» **Saved data entries**:
'''

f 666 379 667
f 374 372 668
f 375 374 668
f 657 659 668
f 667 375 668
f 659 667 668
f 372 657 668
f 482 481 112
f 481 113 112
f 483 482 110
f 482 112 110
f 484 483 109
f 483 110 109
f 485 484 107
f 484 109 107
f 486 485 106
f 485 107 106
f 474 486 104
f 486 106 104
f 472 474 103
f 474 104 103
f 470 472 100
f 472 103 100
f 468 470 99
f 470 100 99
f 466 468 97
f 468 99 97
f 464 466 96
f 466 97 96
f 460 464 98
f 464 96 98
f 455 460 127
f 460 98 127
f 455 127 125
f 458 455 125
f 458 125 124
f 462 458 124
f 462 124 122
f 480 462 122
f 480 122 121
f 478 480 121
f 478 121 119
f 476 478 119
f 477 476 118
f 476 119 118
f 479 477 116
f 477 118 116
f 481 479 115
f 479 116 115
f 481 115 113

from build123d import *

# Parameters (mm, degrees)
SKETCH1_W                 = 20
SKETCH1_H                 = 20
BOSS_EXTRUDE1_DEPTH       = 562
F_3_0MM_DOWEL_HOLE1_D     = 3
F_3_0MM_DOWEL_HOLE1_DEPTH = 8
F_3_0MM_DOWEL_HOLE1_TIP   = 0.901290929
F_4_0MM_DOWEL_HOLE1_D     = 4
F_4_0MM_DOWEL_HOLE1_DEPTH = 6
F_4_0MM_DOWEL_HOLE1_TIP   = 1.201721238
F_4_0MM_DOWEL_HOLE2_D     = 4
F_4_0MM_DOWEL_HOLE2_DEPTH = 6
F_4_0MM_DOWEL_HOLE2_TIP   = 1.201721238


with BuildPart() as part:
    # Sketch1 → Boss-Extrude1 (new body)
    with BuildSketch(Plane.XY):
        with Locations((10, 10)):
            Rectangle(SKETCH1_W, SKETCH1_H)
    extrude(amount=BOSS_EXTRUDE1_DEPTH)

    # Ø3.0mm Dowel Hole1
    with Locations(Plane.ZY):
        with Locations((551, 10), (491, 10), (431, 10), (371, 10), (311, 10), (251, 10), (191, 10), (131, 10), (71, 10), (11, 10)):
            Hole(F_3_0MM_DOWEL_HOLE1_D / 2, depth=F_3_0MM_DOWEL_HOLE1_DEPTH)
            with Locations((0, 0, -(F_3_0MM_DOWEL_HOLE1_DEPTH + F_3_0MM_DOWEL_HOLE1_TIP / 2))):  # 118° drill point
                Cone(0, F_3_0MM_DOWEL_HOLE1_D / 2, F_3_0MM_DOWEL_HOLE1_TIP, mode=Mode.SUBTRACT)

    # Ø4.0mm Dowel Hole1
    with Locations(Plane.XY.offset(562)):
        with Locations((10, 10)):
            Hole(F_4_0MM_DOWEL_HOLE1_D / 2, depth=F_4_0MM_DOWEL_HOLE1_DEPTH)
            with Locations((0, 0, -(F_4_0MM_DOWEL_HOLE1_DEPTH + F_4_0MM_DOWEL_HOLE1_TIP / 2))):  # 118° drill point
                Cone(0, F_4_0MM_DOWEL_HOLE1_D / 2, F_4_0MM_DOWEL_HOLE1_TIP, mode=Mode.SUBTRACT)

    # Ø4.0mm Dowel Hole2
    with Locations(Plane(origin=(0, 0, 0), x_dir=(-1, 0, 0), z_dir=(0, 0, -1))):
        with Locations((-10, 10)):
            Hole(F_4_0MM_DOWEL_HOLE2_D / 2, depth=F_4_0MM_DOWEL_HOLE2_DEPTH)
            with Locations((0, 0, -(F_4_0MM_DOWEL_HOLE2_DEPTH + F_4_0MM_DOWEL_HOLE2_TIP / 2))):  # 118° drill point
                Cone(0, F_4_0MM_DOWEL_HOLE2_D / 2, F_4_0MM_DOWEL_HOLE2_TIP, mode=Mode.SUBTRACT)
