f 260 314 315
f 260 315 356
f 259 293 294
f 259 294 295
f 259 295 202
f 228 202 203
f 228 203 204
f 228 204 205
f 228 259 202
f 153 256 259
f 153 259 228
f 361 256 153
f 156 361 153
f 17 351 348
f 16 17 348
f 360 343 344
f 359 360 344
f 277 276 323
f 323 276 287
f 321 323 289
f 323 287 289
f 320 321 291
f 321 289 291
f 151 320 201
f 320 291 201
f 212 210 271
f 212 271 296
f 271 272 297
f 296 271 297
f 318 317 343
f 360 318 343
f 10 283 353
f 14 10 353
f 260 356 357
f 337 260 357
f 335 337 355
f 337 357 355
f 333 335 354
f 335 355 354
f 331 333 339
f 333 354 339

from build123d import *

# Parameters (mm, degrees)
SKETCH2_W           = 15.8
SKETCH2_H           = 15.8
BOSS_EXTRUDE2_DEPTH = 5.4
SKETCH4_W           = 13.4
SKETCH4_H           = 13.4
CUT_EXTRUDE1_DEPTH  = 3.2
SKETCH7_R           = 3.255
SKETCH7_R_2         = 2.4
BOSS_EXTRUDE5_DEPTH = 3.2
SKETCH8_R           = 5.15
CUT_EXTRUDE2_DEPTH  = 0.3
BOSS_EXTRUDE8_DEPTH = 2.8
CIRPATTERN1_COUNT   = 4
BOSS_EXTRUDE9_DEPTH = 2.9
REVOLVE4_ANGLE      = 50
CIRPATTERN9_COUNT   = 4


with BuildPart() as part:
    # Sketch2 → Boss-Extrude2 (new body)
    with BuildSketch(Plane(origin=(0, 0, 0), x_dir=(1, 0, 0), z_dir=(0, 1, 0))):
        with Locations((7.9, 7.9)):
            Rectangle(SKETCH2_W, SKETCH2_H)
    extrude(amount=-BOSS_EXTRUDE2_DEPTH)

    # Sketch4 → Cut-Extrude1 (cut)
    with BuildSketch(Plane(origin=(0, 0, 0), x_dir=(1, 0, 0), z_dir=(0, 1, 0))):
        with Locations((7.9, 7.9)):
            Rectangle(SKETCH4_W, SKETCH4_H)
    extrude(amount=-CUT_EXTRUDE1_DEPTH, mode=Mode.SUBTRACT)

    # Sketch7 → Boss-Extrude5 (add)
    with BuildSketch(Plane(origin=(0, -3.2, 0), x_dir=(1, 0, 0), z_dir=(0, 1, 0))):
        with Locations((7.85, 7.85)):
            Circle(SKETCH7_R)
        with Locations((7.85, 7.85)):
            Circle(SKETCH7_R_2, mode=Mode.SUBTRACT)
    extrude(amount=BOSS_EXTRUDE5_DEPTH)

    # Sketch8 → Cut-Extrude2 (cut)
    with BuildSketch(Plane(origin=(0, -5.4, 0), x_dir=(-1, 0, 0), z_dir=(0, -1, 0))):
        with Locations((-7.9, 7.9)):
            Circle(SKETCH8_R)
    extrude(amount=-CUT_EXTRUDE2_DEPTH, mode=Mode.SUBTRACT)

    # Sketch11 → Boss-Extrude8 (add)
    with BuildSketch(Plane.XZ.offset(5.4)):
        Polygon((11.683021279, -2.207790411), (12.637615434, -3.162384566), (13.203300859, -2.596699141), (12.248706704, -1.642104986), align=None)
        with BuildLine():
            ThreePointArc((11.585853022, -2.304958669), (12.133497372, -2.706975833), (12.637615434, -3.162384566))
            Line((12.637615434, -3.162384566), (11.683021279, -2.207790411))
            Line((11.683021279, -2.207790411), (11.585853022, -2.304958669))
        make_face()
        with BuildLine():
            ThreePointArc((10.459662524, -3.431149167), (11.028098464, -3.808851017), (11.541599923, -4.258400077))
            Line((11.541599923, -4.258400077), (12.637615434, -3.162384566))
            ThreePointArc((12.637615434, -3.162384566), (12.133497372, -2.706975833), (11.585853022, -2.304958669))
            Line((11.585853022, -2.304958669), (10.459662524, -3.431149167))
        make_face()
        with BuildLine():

'''

In your reply, restate exactly the lines from the start of the records above through the line holding "f 470 100 99", including both, and nothing else.

f 666 379 667
f 374 372 668
f 375 374 668
f 657 659 668
f 667 375 668
f 659 667 668
f 372 657 668
f 482 481 112
f 481 113 112
f 483 482 110
f 482 112 110
f 484 483 109
f 483 110 109
f 485 484 107
f 484 109 107
f 486 485 106
f 485 107 106
f 474 486 104
f 486 106 104
f 472 474 103
f 474 104 103
f 470 472 100
f 472 103 100
f 468 470 99
f 470 100 99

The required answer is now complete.